We all use YouTube, and the platform needs no introduction. It is the world’s largest video sharing website with over a billion users. However, did you ever think; how YouTube actually works? What happens to our videos when we upload them on their system?
Usually, we come to the website, search something, pick a video, and click on the play button; that is it. However, if we look at the background, there are many processes that the very video has to pass through before we can play it. From the uploading to the playing time, there are various procedures that every content must undergo. Following paragraphs have some insight on what happens with the video we upload.
How Big YouTube Is?
Before we move on to discuss the operating processes of the website; check out a few facts about YouTube.
- 400 hours of videos are uploaded every minute
- YouTube has around 1.3 billion users – almost a third of all people on the Internet
- If you start watching every video that has been uploaded to the YouTube, by the time you finish, it will be the year 2081.
- 80% of the YouTube users are outside the USA
- YouTube has launched local versions in more than 88 countries.
- You can navigate YouTube in a total of 76 different languages, which covers 95% of the global internet population.
How YouTube Works?
Though YouTube has its imperfections, uploading and watching videos on the prolific platform is generally a seamless experience. This is pretty amazing when you consider all of the file types, resolutions, and formats that YouTube has to account for as it disseminates videos to over a billion people worldwide.
Despite the fact that every camera has its own mechanism and produces the files in various formats, YouTube ensures that it seamlessly play the content on different browser/app without any buffering or technical error. How it does, read below.
What Happens When You Upload a Video?
When a user uploads a video to YouTube, the first thing YouTube does is to convert it into an easily playable format. So the first thing you need to know is that YouTube does not play the originally uploaded file; instead, it converts it into the best playable format that does not impact the system and could be played seamlessly. If the original file is hosted and executed, it can cause technical difficulties (can break the internet) or lead to constant buffering on a slower internet. This is called “YouTube Processing,” where the system tries to make the file as small as possible.
Looking at the resolution and frame rate, it creates what they call as “Mezzanine” or a high-quality copy of the original video. This mezzanine is then cut into pieces (5 seconds each) and every chunk is passed into a different machine. This is followed by mathematics that produces the same video in various formats and resolutions (240p, 360p, 720p, 1080p).

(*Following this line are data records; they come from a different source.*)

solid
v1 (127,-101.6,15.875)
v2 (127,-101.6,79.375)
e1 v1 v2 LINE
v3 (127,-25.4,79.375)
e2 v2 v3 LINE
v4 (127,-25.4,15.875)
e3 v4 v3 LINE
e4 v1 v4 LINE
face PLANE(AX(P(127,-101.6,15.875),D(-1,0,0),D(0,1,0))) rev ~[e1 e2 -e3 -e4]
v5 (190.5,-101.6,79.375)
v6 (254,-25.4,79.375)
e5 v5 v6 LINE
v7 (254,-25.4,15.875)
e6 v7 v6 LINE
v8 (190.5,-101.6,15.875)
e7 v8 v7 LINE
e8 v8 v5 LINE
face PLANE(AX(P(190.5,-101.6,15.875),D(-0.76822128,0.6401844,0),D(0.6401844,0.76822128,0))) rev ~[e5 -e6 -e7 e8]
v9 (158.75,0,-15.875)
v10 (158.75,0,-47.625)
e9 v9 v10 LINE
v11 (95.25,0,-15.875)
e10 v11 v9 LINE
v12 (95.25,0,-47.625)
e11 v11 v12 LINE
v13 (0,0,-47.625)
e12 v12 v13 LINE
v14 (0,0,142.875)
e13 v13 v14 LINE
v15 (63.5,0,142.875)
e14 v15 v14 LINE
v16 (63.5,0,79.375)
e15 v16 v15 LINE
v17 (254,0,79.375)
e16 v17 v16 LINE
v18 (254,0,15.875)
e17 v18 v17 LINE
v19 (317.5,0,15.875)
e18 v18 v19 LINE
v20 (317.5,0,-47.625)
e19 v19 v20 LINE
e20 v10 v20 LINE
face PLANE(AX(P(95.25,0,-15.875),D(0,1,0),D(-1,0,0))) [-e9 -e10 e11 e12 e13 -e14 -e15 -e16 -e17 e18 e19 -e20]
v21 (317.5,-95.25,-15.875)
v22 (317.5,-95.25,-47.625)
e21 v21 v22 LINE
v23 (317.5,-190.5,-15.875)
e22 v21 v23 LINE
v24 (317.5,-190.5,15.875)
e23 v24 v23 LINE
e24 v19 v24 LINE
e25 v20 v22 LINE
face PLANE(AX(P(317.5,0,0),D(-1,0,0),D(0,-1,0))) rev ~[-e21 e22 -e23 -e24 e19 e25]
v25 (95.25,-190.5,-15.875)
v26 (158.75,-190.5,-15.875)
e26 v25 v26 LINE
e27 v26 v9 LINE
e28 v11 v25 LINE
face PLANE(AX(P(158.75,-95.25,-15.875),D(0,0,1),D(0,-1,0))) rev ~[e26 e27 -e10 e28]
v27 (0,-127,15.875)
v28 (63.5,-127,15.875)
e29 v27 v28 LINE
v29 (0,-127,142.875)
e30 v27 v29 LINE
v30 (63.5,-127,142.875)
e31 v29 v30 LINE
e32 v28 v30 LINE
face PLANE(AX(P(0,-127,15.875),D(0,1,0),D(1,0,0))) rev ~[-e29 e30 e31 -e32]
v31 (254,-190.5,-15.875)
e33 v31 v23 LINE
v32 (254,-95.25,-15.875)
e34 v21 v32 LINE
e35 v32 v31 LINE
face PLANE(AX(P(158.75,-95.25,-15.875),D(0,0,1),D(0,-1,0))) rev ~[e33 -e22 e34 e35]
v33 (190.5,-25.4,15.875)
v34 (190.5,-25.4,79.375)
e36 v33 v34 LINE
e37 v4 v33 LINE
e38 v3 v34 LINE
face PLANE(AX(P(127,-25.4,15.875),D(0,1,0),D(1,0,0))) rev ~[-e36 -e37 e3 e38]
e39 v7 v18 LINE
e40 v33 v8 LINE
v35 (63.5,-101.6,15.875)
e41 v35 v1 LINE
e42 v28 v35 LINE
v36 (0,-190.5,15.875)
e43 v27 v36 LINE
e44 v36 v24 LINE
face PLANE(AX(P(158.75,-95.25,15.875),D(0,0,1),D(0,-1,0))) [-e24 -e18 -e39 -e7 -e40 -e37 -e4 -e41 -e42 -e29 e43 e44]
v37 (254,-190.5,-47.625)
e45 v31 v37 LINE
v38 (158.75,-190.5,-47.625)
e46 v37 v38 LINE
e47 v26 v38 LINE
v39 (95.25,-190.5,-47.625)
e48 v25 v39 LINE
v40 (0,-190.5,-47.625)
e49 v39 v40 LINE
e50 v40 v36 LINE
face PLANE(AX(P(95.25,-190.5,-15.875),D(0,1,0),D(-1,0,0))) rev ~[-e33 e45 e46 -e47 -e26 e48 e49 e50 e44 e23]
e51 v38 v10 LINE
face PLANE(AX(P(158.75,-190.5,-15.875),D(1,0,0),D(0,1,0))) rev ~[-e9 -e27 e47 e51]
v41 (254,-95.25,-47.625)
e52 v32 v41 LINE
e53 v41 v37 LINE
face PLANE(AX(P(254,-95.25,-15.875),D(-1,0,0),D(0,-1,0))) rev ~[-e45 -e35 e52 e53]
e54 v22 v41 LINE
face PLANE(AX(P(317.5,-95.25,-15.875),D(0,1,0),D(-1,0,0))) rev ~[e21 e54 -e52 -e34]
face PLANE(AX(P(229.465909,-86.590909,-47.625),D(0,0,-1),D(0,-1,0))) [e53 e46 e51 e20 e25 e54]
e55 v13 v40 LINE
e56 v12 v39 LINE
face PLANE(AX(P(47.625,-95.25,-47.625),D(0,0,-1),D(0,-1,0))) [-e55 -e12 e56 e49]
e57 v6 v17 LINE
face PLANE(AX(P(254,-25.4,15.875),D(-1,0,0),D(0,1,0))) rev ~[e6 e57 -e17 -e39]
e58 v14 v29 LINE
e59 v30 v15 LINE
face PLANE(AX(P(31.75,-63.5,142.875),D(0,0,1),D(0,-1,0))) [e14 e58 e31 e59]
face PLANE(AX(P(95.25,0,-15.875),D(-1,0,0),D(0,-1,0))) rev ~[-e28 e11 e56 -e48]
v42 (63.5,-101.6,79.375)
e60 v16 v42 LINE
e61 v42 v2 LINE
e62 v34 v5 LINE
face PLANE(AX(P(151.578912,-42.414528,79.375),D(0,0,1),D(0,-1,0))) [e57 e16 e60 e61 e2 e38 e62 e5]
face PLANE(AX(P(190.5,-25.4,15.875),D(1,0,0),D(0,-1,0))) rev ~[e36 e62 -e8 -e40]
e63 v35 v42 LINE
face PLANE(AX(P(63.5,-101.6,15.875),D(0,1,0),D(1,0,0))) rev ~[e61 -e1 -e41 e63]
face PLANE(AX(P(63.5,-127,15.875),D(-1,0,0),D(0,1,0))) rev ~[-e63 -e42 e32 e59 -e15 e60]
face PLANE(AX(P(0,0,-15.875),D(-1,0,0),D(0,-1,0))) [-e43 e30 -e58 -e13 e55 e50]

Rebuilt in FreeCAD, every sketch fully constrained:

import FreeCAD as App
import Part
import Sketcher
Q = App.Units.Quantity

doc = App.newDocument("Part")
params = doc.addObject("Spreadsheet::Sheet", "Params")
for row, (alias, value) in enumerate([
    ("sketch1_width", "7.5 in"),
    ("sketch1_height", "12.5 in"),
    ("pad1_length", "1.25 in"),
    ("sketch2_width", "5 in"),
    ("sketch2_height", "2.5 in"),
    ("pad2_length", "5 in"),
    ("sketch3_width", "4 in"),
    ("sketch3_width2", "3 in"),
    ("sketch3_height", "7.5 in"),
    ("sketch3_height2", "2.5 in"),
    ("pad3_length", "2.5 in"),
    ("sketch4_width", "7.5 in"),
    ("sketch4_height", "2.5 in"),
    ("pad4_length", "1.25 in"),
], start=1):
    params.set(f"A{row}", alias)
    params.set(f"B{row}", "=" + value)
    params.setAlias(f"B{row}", alias)

body = doc.addObject("PartDesign::Body", "Body")

sketch1 = body.newObject("Sketcher::SketchObject", "Sketch")
sketch1.AttachmentSupport = (doc.getObject("XY_Plane"), [""])
sketch1.MapMode = "FlatFace"
sketch1.addGeometry([
    Part.LineSegment(App.Vector(0, 318, 0), App.Vector(0, 0, 0)),
    Part.LineSegment(App.Vector(0, 0, 0), App.Vector(190, 0, 0)),
    Part.LineSegment(App.Vector(190, 0, 0), App.Vector(190, 318, 0)),
    Part.LineSegment(App.Vector(190, 318, 0), App.Vector(0, 318, 0)),
], False)
sketch1.addConstraint([
    Sketcher.Constraint("Coincident", 0, 2, 1, 1),
    Sketcher.Constraint("Coincident", 1, 2, 2, 1),
    Sketcher.Constraint("Coincident", 2, 2, 3, 1),
    Sketcher.Constraint("Coincident", 3, 2, 0, 1),
    Sketcher.Constraint("Vertical", 0),
    Sketcher.Constraint("Horizontal", 1),
    Sketcher.Constraint("Vertical", 2),
    Sketcher.Constraint("Horizontal", 3),
    Sketcher.Constraint("Coincident", 0, 2, -1, 1),
    Sketcher.Constraint("DistanceX", 1, 1, 1, 2, Q("7.5 in")),
    Sketcher.Constraint("DistanceY", 0, 2, 0, 1, Q("12.5 in")),
])
sketch1.setExpression("Constraints[9]", "Params.sketch1_width")
sketch1.setExpression("Constraints[10]", "Params.sketch1_height")
pad1 = body.newObject("PartDesign::Pad", "Pad")
pad1.Profile = sketch1
pad1.setExpression("Length", "Params.pad1_length")
pad1.Midplane = True

sketch2 = body.newObject("Sketcher::SketchObject", "Sketch001")
sketch2.AttachmentSupport = (doc.getObject("XY_Plane"), [""])
sketch2.MapMode = "FlatFace"
sketch2.AttachmentOffset = App.Placement(App.Vector(0, 0, 0.625 * 25.4), App.Rotation())
sketch2.addGeometry([
    Part.LineSegment(App.Vector(0, 64, 0), App.Vector(0, 0, 0)),
    Part.LineSegment(App.Vector(0, 0, 0), App.Vector(127, 0, 0)),
    Part.LineSegment(App.Vector(127, 0, 0), App.Vector(127, 64, 0)),
    Part.LineSegment(App.Vector(127, 64, 0), App.Vector(0, 64, 0)),
], False)
sketch2.addConstraint([
    Sketcher.Constraint("Coincident", 0, 2, 1, 1),
    Sketcher.Constraint("Coincident", 1, 2, 2, 1),
    Sketcher.Constraint("Coincident", 2, 2, 3, 1),
    Sketcher.Constraint("Coincident", 3, 2, 0, 1),
    Sketcher.Constraint("Vertical", 0),
    Sketcher.Constraint("Horizontal", 1),
    Sketcher.Constraint("Vertical", 2),
    Sketcher.Constraint("Horizontal", 3),
    Sketcher.Constraint("Coincident", 0, 2, -1, 1),
    Sketcher.Constraint("DistanceX", 1, 1, 1, 2, Q("5 in")),
    Sketcher.Constraint("DistanceY", 0, 2, 0, 1, Q("2.5 in")),
])
sketch2.setExpression("Constraints[9]", "Params.sketch2_width")
sketch2.setExpression("Constraints[10]", "Params.sketch2_height")
pad2 = body.newObject("PartDesign::Pad", "Pad001")
pad2.Profile = sketch2
pad2.setExpression("Length", "Params.pad2_length")

sketch3 = body.newObject("Sketcher::SketchObject", "Sketch002")
sketch3.AttachmentSupport = (doc.getObject("XY_Plane"), [""])
sketch3.MapMode = "FlatFace"
sketch3.AttachmentOffset = App.Placement(App.Vector(0, 0, 0.625 * 25.4), App.Rotation())
sketch3.addGeometry([
    Part.LineSegment(App.Vector(0, 254, 0), App.Vector(0, 64, 0)),
    Part.LineSegment(App.Vector(0, 64, 0), App.Vector(102, 64, 0)),
    Part.LineSegment(App.Vector(102, 64, 0), App.Vector(102, 127, 0)),
    Part.LineSegment(App.Vector(102, 127, 0), App.Vector(25, 127, 0)),
    Part.LineSegment(App.Vector(25, 127, 0), App.Vector(25, 190, 0)),
    Part.LineSegment(App.Vector(25, 190, 0), App.Vector(102, 190, 0)),
    Part.LineSegment(App.Vector(102, 190, 0), App.Vector(25, 254, 0)),
    Part.LineSegment(App.Vector(25, 254, 0), App.Vector(0, 254, 0)),
], False)
sketch3.addConstraint([
    Sketcher.Constraint("Coincident", 0, 2, 1, 1),
    Sketcher.Constraint("Coincident", 1, 2, 2, 1),
    Sketcher.Constraint("Coincident", 2, 2, 3, 1),
    Sketcher.Constraint("Coincident", 3, 2, 4, 1),
    Sketcher.Constraint("Coincident", 4, 2, 5, 1),
    Sketcher.Constraint("Coincident", 5, 2, 6, 1),
    Sketcher.Constraint("Coincident", 6, 2, 7, 1),
    Sketcher.Constraint("Coincident", 7, 2, 0, 1),
    Sketcher.Constraint("Vertical", 0),
    Sketcher.Constraint("Horizontal", 1),
    Sketcher.Constraint("Vertical", 2),
    Sketcher.Constraint("Horizontal", 3),
    Sketcher.Constraint("Vertical", 4),
    Sketcher.Constraint("Horizontal", 5),
    Sketcher.Constraint("Horizontal", 7),
    Sketcher.Constraint("PointOnObject", 0, 2, -2),
    Sketcher.Constraint("Vertical", 2, 2, 5, 2),
    Sketcher.Constraint("Vertical", 4, 2, 6, 2),
    Sketcher.Constraint("Equal", 2, 4),
    Sketcher.Constraint("DistanceX", 1, 1, 1, 2, Q("4 in")),
    Sketcher.Constraint("DistanceX", 3, 2, 3, 1, Q("3 in")),
    Sketcher.Constraint("DistanceY", 0, 2, 0, 1, Q("7.5 in")),
    Sketcher.Constraint("DistanceY", 2, 1, 2, 2, Q("2.5 in")),
    Sketcher.Constraint("DistanceY", -1, 1, 2, 2, Q("5 in")),
])
sketch3.setExpression("Constraints[19]", "Params.sketch3_width")
sketch3.setExpression("Constraints[20]", "Params.sketch3_width2")
sketch3.setExpression("Constraints[21]", "Params.sketch3_height")
sketch3.setExpression("Constraints[22]", "Params.sketch3_height2")
pad3 = body.newObject("PartDesign::Pad", "Pad002")
pad3.Profile = sketch3
pad3.setExpression("Length", "Params.pad3_length")

sketch4 = body.newObject("Sketcher::SketchObject", "Sketch003")
sketch4.AttachmentSupport = (doc.getObject("XY_Plane"), [""])
sketch4.MapMode = "FlatFace"
sketch4.AttachmentOffset = App.Placement(App.Vector(0, 0, -0.625 * 25.4), App.Rotation())
sketch4.addGeometry([
    Part.LineSegment(App.Vector(0, 0, 0), App.Vector(0, 95, 0)),
    Part.LineSegment(App.Vector(0, 95, 0), App.Vector(190, 95, 0)),
    Part.LineSegment(App.Vector(190, 95, 0), App.Vector(190, 0, 0)),
    Part.LineSegment(App.Vector(190, 0, 0), App.Vector(0, 0, 0)),
    Part.LineSegment(App.Vector(190, 254, 0), App.Vector(190, 159, 0)),
    Part.LineSegment(App.Vector(190, 159, 0), App.Vector(0, 159, 0)),
    Part.LineSegment(App.Vector(0, 159, 0), App.Vector(0, 318, 0)),
    Part.LineSegment(App.Vector(0, 318, 0), App.Vector(95, 318, 0)),
    Part.LineSegment(App.Vector(95, 318, 0), App.Vector(95, 254, 0)),
    Part.LineSegment(App.Vector(95, 254, 0), App.Vector(190, 254, 0)),
], False)
sketch4.addConstraint([
    Sketcher.Constraint("Coincident", 0, 2, 1, 1),
    Sketcher.Constraint("Coincident", 1, 2, 2, 1),
    Sketcher.Constraint("Coincident", 2, 2, 3, 1),
    Sketcher.Constraint("Coincident", 3, 2, 0, 1),
    Sketcher.Constraint("Coincident", 4, 2, 5, 1),
    Sketcher.Constraint("Coincident", 5, 2, 6, 1),
    Sketcher.Constraint("Coincident", 6, 2, 7, 1),
    Sketcher.Constraint("Coincident", 7, 2, 8, 1),
    Sketcher.Constraint("Coincident", 8, 2, 9, 1),
    Sketcher.Constraint("Coincident", 9, 2, 4, 1),
    Sketcher.Constraint("Vertical", 0),
    Sketcher.Constraint("Horizontal", 1),
    Sketcher.Constraint("Vertical", 2),
    Sketcher.Constraint("Horizontal", 3),
    Sketcher.Constraint("Vertical", 4),
    Sketcher.Constraint("Horizontal", 5),
    Sketcher.Constraint("Vertical", 6),
    Sketcher.Constraint("Horizontal", 7),
    Sketcher.Constraint("Vertical", 8),
    Sketcher.Constraint("Horizontal", 9),
    Sketcher.Constraint("Coincident", 3, 2, -1, 1),
    Sketcher.Constraint("PointOnObject", 5, 2, -2),
    Sketcher.Constraint("Vertical", 2, 2, 4, 2),
    Sketcher.Constraint("Equal", 7, 9),
    Sketcher.Constraint("Equal", 9, 0),
    Sketcher.Constraint("Equal", 2, 4),
    Sketcher.Constraint("DistanceX", 1, 1, 1, 2, Q("7.5 in")),
    Sketcher.Constraint("DistanceY", 8, 2, 8, 1, Q("2.5 in")),
    Sketcher.Constraint("DistanceY", -1, 1, 8, 2, Q("10 in")),
])
sketch4.setExpression("Constraints[26]", "Params.sketch4_width")
sketch4.setExpression("Constraints[27]", "Params.sketch4_height")
pad4 = body.newObject("PartDesign::Pad", "Pad003")
pad4.Profile = sketch4
pad4.setExpression("Length", "Params.pad4_length")
pad4.Reversed = True
body2 = doc.addObject("PartDesign::Body", "Body001")
doc.recompute()

body.Placement = App.Placement(App.Vector(0, 0, 0), App.Rotation(App.Vector(0, 0, -1), 90))
boolean = body2.newObject("PartDesign::Boolean", "Boolean")
boolean.Type = "Fuse"
boolean.addObjects([body])

doc.recompute()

When these chunks are ready, they are stitched back to their original place. Depending upon the resolution of input, around 25 different formats/files are generated out of this process. This is to ensure good user experience. See, if you have uploaded a 4K version, the person watching it on a LED TV will see the 4K version; however, an individual in some remote village with a sluggish internet connection will see the same video on his phone, in a different (playable) quality.
How These Versions Are Made?
There is a process called CODEC – means compression and decompression. This means some mathematics can shrink a file down to a much smaller version than the original one without any visual loss in quality. When a device captures the video, it is just like a bunch of dots which it collects, and they remain similar even when the video is compressed.
Yes, technological coding is not always perfect; therefore, YouTube keeps conducting experiments and surveys to find out the best quality output. Depending on the survey or test results, that particular format is preferred, and videos are shown in the very format by default.
Once video coding and decoding are completed; the next process is to generate thumbnails and recognize voice for captions.
YouTube allows users to pick up the best of available thumbnails. It tries to recognize the voice in order to offer automatic captioning which an uploader can alter as well.
Once this development process is complete, here comes what we call ‘search process’; an algorithmic mechanic process that makes the video searchable against certain terms and keywords.
What Happens When You Play a Video?
We generally assume that when we click on the “play” button; YouTube goes and brings that video to us. This was entirely correct roughly a decade ago. In the past, a user’s “play” click was followed by downloading of the video, but that was interruptive. A slower internet or server would break the processor cause constant buffering, which would ultimately disturb the user experience.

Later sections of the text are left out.